Using information available in the approval packages, we identified the indications for each novel therapeutic at the time of initial approval. We classified these into 1 of 8 therapeutic areas, based on the World Health Organization Anatomical Therapeutic Classification System.¹⁶ Using the Orphan Products Designation Database, we also determined whether these originally approved indications had been granted orphan status, a designation granted at sponsor request to drugs for indications for which there are 200 000 or fewer patients in the United States or those for which alternative therapeutic options are often not available.¹⁷

We followed a previously described method to identify and characterize the pivotal efficacy trials used as the basis of approval for each indication of each new drug or biologic (eAppendix in the Supplement).^4,5 Briefly, these were trials explicitly labeled in FDA medical reviews as pivotal. In cases in which trials were not explicitly labeled, we first collected all trials submitted for evaluation in the FDA medical review and then identified as pivotal those trials described by FDA medical reviewers as essential to approval, those prioritized within the review with substantial discussion of study design (eg, thorough description of study protocol and inclusion and exclusion criteria), or those prioritized within the review with independent analysis of study results (ie, not pooled with other studies). Additionally, any new efficacy trial reviewed as part of a resubmitted application was considered pivotal to approval.

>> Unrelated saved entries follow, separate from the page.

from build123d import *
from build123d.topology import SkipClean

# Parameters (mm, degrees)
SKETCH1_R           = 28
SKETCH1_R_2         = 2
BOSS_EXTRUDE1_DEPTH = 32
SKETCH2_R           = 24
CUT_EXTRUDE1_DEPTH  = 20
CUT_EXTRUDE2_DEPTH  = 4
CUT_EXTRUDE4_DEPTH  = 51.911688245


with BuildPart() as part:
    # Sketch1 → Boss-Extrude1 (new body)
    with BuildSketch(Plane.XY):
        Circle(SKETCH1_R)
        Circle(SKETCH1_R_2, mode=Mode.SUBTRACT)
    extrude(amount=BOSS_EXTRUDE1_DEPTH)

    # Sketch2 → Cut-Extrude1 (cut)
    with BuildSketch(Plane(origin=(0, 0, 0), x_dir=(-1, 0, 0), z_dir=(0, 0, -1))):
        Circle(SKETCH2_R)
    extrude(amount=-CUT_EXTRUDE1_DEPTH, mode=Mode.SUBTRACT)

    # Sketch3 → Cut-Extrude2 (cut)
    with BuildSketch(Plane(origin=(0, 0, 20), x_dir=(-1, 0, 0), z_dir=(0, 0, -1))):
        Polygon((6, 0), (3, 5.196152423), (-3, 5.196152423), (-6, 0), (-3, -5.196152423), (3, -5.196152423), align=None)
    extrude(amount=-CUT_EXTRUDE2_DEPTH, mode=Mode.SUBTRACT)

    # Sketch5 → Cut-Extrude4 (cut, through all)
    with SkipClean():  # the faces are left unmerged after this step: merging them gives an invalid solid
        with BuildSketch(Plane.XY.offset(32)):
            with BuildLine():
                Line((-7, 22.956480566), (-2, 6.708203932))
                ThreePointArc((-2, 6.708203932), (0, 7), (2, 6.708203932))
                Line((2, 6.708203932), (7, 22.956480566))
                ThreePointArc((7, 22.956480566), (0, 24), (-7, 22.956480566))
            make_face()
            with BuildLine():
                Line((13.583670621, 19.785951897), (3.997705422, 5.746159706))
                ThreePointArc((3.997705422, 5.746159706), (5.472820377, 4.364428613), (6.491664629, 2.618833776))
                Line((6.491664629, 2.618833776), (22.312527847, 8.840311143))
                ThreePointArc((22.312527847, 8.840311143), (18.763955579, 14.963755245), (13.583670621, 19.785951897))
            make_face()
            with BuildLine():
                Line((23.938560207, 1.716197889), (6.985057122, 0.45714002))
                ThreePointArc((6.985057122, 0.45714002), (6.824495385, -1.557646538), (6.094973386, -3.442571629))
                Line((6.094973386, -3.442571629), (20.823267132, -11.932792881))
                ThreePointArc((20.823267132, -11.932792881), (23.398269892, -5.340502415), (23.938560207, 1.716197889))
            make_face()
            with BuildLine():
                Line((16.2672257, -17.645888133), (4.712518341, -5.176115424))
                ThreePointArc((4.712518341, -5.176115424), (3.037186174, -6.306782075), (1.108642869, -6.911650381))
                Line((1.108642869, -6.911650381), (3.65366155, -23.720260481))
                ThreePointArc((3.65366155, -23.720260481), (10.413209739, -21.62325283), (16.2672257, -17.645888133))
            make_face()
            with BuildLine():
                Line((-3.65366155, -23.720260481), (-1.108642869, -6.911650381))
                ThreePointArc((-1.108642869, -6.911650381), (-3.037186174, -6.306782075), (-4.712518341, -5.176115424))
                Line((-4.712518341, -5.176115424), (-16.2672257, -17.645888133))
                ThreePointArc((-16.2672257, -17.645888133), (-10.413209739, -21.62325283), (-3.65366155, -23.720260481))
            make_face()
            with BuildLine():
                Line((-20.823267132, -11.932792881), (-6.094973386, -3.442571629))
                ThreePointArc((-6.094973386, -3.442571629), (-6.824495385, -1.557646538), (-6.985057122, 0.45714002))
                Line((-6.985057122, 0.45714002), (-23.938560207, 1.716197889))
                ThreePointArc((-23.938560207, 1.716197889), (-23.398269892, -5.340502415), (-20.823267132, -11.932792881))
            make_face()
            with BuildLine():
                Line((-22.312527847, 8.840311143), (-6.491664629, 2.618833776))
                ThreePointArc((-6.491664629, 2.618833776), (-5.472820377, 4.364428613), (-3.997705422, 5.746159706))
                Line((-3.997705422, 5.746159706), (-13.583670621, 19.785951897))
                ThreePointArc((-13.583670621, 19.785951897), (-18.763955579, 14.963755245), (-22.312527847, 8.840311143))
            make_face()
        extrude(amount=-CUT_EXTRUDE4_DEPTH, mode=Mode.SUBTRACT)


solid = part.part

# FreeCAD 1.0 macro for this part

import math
import FreeCAD as App
import Part
import Sketcher
from FreeCAD import Vector
Q = App.Units.Quantity


def add_polygon(sketch, points):
    """Adds a closed chain of lines whose ends are joined by coincident constraints."""
    first, n = sketch.GeometryCount, len(points)
    for a, b in zip(points, points[1:] + points[:1]):
        sketch.addGeometry(Part.LineSegment(App.Vector(*a, 0), App.Vector(*b, 0)), False)
    for i in range(n):
        sketch.addConstraint(Sketcher.Constraint("Coincident", first + i, 2, first + (i + 1) % n, 1))

doc = App.newDocument("Part")
body = doc.addObject("PartDesign::Body", "Body")

sketch1 = body.newObject("Sketcher::SketchObject", "Sketch")
sketch1.AttachmentSupport = (doc.getObject("XY_Plane"), [""])
sketch1.MapMode = "FlatFace"
sketch1.addGeometry([
    Part.Circle(Vector(0, 0, 0), Vector(0, 0, 1), 28),
    Part.Circle(Vector(0, 0, 0), Vector(0, 0, 1), 2),
], False)
sketch1.addConstraint([
    Sketcher.Constraint("Coincident", 0, 3, -1, 1),
    Sketcher.Constraint("Coincident", 1, 3, -1, 1),
    Sketcher.Constraint("Diameter", 0, Q("56 mm")),
    Sketcher.Constraint("Diameter", 1, Q("4 mm")),
])
pad1 = body.newObject("PartDesign::Pad", "Pad")
pad1.Profile = sketch1
pad1.Length = 32

sketch2 = body.newObject("Sketcher::SketchObject", "Sketch001")
sketch2.AttachmentSupport = (doc.getObject("XY_Plane"), [""])
sketch2.MapMode = "FlatFace"
sketch2.addGeometry(Part.Circle(Vector(0, 0, 0), Vector(0, 0, 1), 24), False)
sketch2.addConstraint([
    Sketcher.Constraint("Coincident", 0, 3, -1, 1),
    Sketcher.Constraint("Diameter", 0, Q("48 mm")),
])
pocket1 = body.newObject("PartDesign::Pocket", "Pocket")
pocket1.Profile = sketch2
pocket1.Length = 20
pocket1.Reversed = True

sketch3 = body.newObject("Sketcher::SketchObject", "Sketch002")
sketch3.AttachmentSupport = (doc.getObject("XY_Plane"), [""])
sketch3.MapMode = "FlatFace"
sketch3.AttachmentOffset = App.Placement(Vector(0, 0, 20), App.Rotation())
add_polygon(sketch3, [(-6, 0), (-3, 5.196152), (3, 5.196152), (6, 0), (3, -5.196152), (-3, -5.196152)])
sketch3.addConstraint([
    Sketcher.Constraint("Horizontal", 1),
    Sketcher.Constraint("Horizontal", 4),
    Sketcher.Constraint("Symmetric", 0, 2, 3, 2, -1, 1),
    Sketcher.Constraint("Symmetric", 2, 2, 5, 2, -1, 1),
    Sketcher.Constraint("PointOnObject", 2, 2, -1),
    Sketcher.Constraint("Parallel", 2, 5),
    Sketcher.Constraint("Vertical", 1, 2, 3, 2),
    Sketcher.Constraint("DistanceX", 1, 1, 1, 2, Q("6 mm")),
    Sketcher.Constraint("Angle", 0, Q("60 deg")),
    Sketcher.Constraint("Distance", 0, Q("6 mm")),
])
pocket2 = body.newObject("PartDesign::Pocket", "Pocket001")
pocket2.Profile = sketch3
pocket2.Length = 4
pocket2.Reversed = True

sketch4 = body.newObject("Sketcher::SketchObject", "Sketch003")
sketch4.AttachmentSupport = (doc.getObject("XY_Plane"), [""])
sketch4.MapMode = "FlatFace"
sketch4.AttachmentOffset = App.Placement(Vector(0, 0, 32), App.Rotation())
sketch4.addGeometry([
    Part.LineSegment(Vector(-7, 22.956481, 0), Vector(-2, 6.708204, 0)),
    Part.ArcOfCircle(Part.Circle(Vector(0, 0, 0), Vector(0, 0, 1), 7), math.radians(73.39845), math.radians(106.60155)),
    Part.LineSegment(Vector(2, 6.708204, 0), Vector(7, 22.956481, 0)),
    Part.ArcOfCircle(Part.Circle(Vector(0, 0, 0), Vector(0, 0, 1), 24), math.radians(73.042237), math.radians(106.957763)),
    Part.LineSegment(Vector(13.583671, 19.785952, 0), Vector(3.997705, 5.74616, 0)),
    Part.ArcOfCircle(Part.Circle(Vector(0, 0, 0), Vector(0, 0, 1), 7), math.radians(21.969879), math.radians(55.172978)),
    Part.LineSegment(Vector(6.491665, 2.618834, 0), Vector(22.312528, 8.840311, 0)),
    Part.ArcOfCircle(Part.Circle(Vector(0, 0, 0), Vector(0, 0, 1), 24), math.radians(21.613665), math.radians(55.529192)),
    Part.LineSegment(Vector(23.93856, 1.716198, 0), Vector(6.985057, 0.45714, 0)),
    Part.ArcOfCircle(Part.Circle(Vector(0, 0, 0), Vector(0, 0, 1), 7), math.radians(-29.458692), math.radians(3.744407)),
    Part.LineSegment(Vector(6.094973, -3.442572, 0), Vector(20.823267, -11.932793, 0)),
    Part.ArcOfCircle(Part.Circle(Vector(0, 0, 0), Vector(0, 0, 1), 24), math.radians(-29.814906), math.radians(4.10062)),
    Part.LineSegment(Vector(16.267226, -17.645888, 0), Vector(4.712518, -5.176115, 0)),
    Part.ArcOfCircle(Part.Circle(Vector(0, 0, 0), Vector(0, 0, 1), 7), math.radians(-80.887264), math.radians(-47.684165)),
    Part.LineSegment(Vector(1.108643, -6.91165, 0), Vector(3.653662, -23.72026, 0)),
    Part.ArcOfCircle(Part.Circle(Vector(0, 0, 0), Vector(0, 0, 1), 24), math.radians(-81.243478), math.radians(-47.327951)),
    Part.LineSegment(Vector(-3.653662, -23.72026, 0), Vector(-1.108643, -6.91165, 0)),
    Part.ArcOfCircle(Part.Circle(Vector(0, 0, 0), Vector(0, 0, 1), 7), math.radians(-132.315835), math.radians(-99.112736)),
    Part.LineSegment(Vector(-4.712518, -5.176115, 0), Vector(-16.267226, -17.645888, 0)),
    Part.ArcOfCircle(Part.Circle(Vector(0, 0, 0), Vector(0, 0, 1), 24), math.radians(-132.672049), math.radians(-98.756522)),
    Part.LineSegment(Vector(-20.823267, -11.932793, 0), Vector(-6.094973, -3.442572, 0)),
    Part.ArcOfCircle(Part.Circle(Vector(0, 0, 0), Vector(0, 0, 1), 7), math.radians(176.255593), math.radians(209.458692)),
    Part.LineSegment(Vector(-6.985057, 0.45714, 0), Vector(-23.93856, 1.716198, 0)),
    Part.ArcOfCircle(Part.Circle(Vector(0, 0, 0), Vector(0, 0, 1), 24), math.radians(175.89938), math.radians(209.814906)),
    Part.LineSegment(Vector(-22.312528, 8.840311, 0), Vector(-6.491665, 2.618834, 0)),
    Part.ArcOfCircle(Part.Circle(Vector(0, 0, 0), Vector(0, 0, 1), 7), math.radians(124.827022), math.radians(158.030121)),
    Part.LineSegment(Vector(-3.997705, 5.74616, 0), Vector(-13.583671, 19.785952, 0)),
    Part.ArcOfCircle(Part.Circle(Vector(0, 0, 0), Vector(0, 0, 1), 24), math.radians(124.470808), math.radians(158.386335)),
], False)
sketch4.addConstraint([
    Sketcher.Constraint("Coincident", 0, 2, 1, 2),
    Sketcher.Constraint("Coincident", 1, 1, 2, 1),
    Sketcher.Constraint("Coincident", 2, 2, 3, 1),
    Sketcher.Constraint("Coincident", 3, 2, 0, 1),
    Sketcher.Constraint("Coincident", 4, 2, 5, 2),
    Sketcher.Constraint("Coincident", 5, 1, 6, 1),
    Sketcher.Constraint("Coincident", 6, 2, 7, 1),
    Sketcher.Constraint("Coincident", 7, 2, 4, 1),
    Sketcher.Constraint("Coincident", 8, 2, 9, 2),
    Sketcher.Constraint("Coincident", 9, 1, 10, 1),
    Sketcher.Constraint("Coincident", 10, 2, 11, 1),
    Sketcher.Constraint("Coincident", 11, 2, 8, 1),
    Sketcher.Constraint("Coincident", 12, 2, 13, 2),
    Sketcher.Constraint("Coincident", 13, 1, 14, 1),
    Sketcher.Constraint("Coincident", 14, 2, 15, 1),
    Sketcher.Constraint("Coincident", 15, 2, 12, 1),
    Sketcher.Constraint("Coincident", 16, 2, 17, 2),
    Sketcher.Constraint("Coincident", 17, 1, 18, 1),
    Sketcher.Constraint("Coincident", 18, 2, 19, 1),
    Sketcher.Constraint("Coincident", 19, 2, 16, 1),
    Sketcher.Constraint("Coincident", 20, 2, 21, 2),
    Sketcher.Constraint("Coincident", 21, 1, 22, 1),
    Sketcher.Constraint("Coincident", 22, 2, 23, 1),
    Sketcher.Constraint("Coincident", 23, 2, 20, 1),
    Sketcher.Constraint("Coincident", 24, 2, 25, 2),
    Sketcher.Constraint("Coincident", 25, 1, 26, 1),
    Sketcher.Constraint("Coincident", 26, 2, 27, 1),
    Sketcher.Constraint("Coincident", 27, 2, 24, 1),
    Sketcher.Constraint("Coincident", 1, 3, -1, 1),
    Sketcher.Constraint("Coincident", 3, 3, -1, 1),
    Sketcher.Constraint("Coincident", 5, 3, -1, 1),
    Sketcher.Constraint("Coincident", 7, 3, -1, 1),
    Sketcher.Constraint("Coincident", 9, 3, -1, 1),
    Sketcher.Constraint("Coincident", 11, 3, -1, 1),
    Sketcher.Constraint("Coincident", 13, 3, -1, 1),
    Sketcher.Constraint("Coincident", 15, 3, -1, 1),
    Sketcher.Constraint("Coincident", 17, 3, -1, 1),
    Sketcher.Constraint("Coincident", 19, 3, -1, 1),
    Sketcher.Constraint("Coincident", 21, 3, -1, 1),
    Sketcher.Constraint("Coincident", 23, 3, -1, 1),
    Sketcher.Constraint("Coincident", 25, 3, -1, 1),
    Sketcher.Constraint("Coincident", 27, 3, -1, 1),
    Sketcher.Constraint("Equal", 1, 5),
    Sketcher.Constraint("Equal", 3, 7),
    Sketcher.Constraint("Equal", 5, 9),
    Sketcher.Constraint("Equal", 7, 11),
    Sketcher.Constraint("Equal", 9, 13),
    Sketcher.Constraint("Equal", 11, 15),
    Sketcher.Constraint("Equal", 13, 17),
    Sketcher.Constraint("Equal", 15, 19),
    Sketcher.Constraint("Equal", 17, 21),
    Sketcher.Constraint("Equal", 19, 23),
    Sketcher.Constraint("Equal", 21, 25),
    Sketcher.Constraint("Equal", 23, 27),
    Sketcher.Constraint("Horizontal", 0, 2, 1, 1),
    Sketcher.Constraint("Horizontal", 2, 2, 3, 2),
    Sketcher.Constraint("Horizontal", 13, 1, 16, 2),
    Sketcher.Constraint("Horizontal", 12, 2, 17, 1),
    Sketcher.Constraint("Horizontal", 15, 2, 18, 2),
    Sketcher.Constraint("Horizontal", 14, 2, 19, 2),
    Sketcher.Constraint("Horizontal", 9, 1, 20, 2),
    Sketcher.Constraint("Horizontal", 8, 2, 21, 1),
    Sketcher.Constraint("Horizontal", 11, 2, 22, 2),
    Sketcher.Constraint("Horizontal", 10, 2, 23, 2),
    Sketcher.Constraint("Horizontal", 5, 1, 24, 2),
    Sketcher.Constraint("Horizontal", 4, 2, 25, 1),
    Sketcher.Constraint("Horizontal", 7, 2, 26, 2),
    Sketcher.Constraint("Horizontal", 6, 2, 27, 2),
    Sketcher.Constraint("Equal", 2, 4),
    Sketcher.Constraint("Equal", 4, 6),
    Sketcher.Constraint("Equal", 6, 8),
    Sketcher.Constraint("Equal", 8, 10),
    Sketcher.Constraint("Equal", 10, 12),
    Sketcher.Constraint("Equal", 12, 14),
    Sketcher.Constraint("Radius", 1, Q("7 mm")),
    Sketcher.Constraint("Radius", 3, Q("24 mm")),
    Sketcher.Constraint("DistanceX", 0, 2, -1, 1, Q("2 mm")),
    Sketcher.Constraint("DistanceX", -1, 1, 2, 2, Q("7 mm")),
    Sketcher.Constraint("DistanceY", -1, 1, 4, 2, Q("5.74616 mm")),
    Sketcher.Constraint("DistanceY", -1, 1, 6, 2, Q("8.840311 mm")),
    Sketcher.Constraint("DistanceY", -1, 1, 8, 2, Q("0.45714 mm")),
    Sketcher.Constraint("DistanceY", 9, 1, -1, 1, Q("3.442572 mm")),
    Sketcher.Constraint("DistanceX", -1, 1, 12, 2, Q("4.712518 mm")),
    Sketcher.Constraint("DistanceY", 13, 1, -1, 1, Q("6.91165 mm")),
])
pocket3 = body.newObject("PartDesign::Pocket", "Pocket002")
pocket3.Profile = sketch4
pocket3.Type = "ThroughAll"

doc.recompute()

For each identified trial, we determined its use of randomization and blinding, categorized as randomized vs nonrandomized and double-blinded vs not double-blinded, respectively. Next, we categorized use of a comparator as active treatment, placebo control, or none. We categorized primary trial end points as clinical end points, clinical scales, or surrogate end points using a previously developed framework.^5,18 Briefly, clinical end points, such as death or hospitalization, are those that measure patient-reported outcomes, function, or survival; clinical scales, such as the visual analog scale for pain, represent ordinal characterizations of symptoms; and surrogate end points, such as hemoglobin A_1c level, represent biomarkers expected to predict clinical benefit. We determined the number of treated patients by abstracting the number of patients included in intention-to-treat analyses. We also determined the duration of each trial. For time-driven end points, duration was defined as the time of primary end point measurement, such as hemoglobin A_1c level at 24 weeks. For event-driven end points, such as progression-free survival, duration was defined as the median follow-up time for participants or a weighted average of the median follow-up time in cases in which it differed between trial groups. Initial abstraction was performed by 3 of us (A.D.Z., J.P., and N.S.D.).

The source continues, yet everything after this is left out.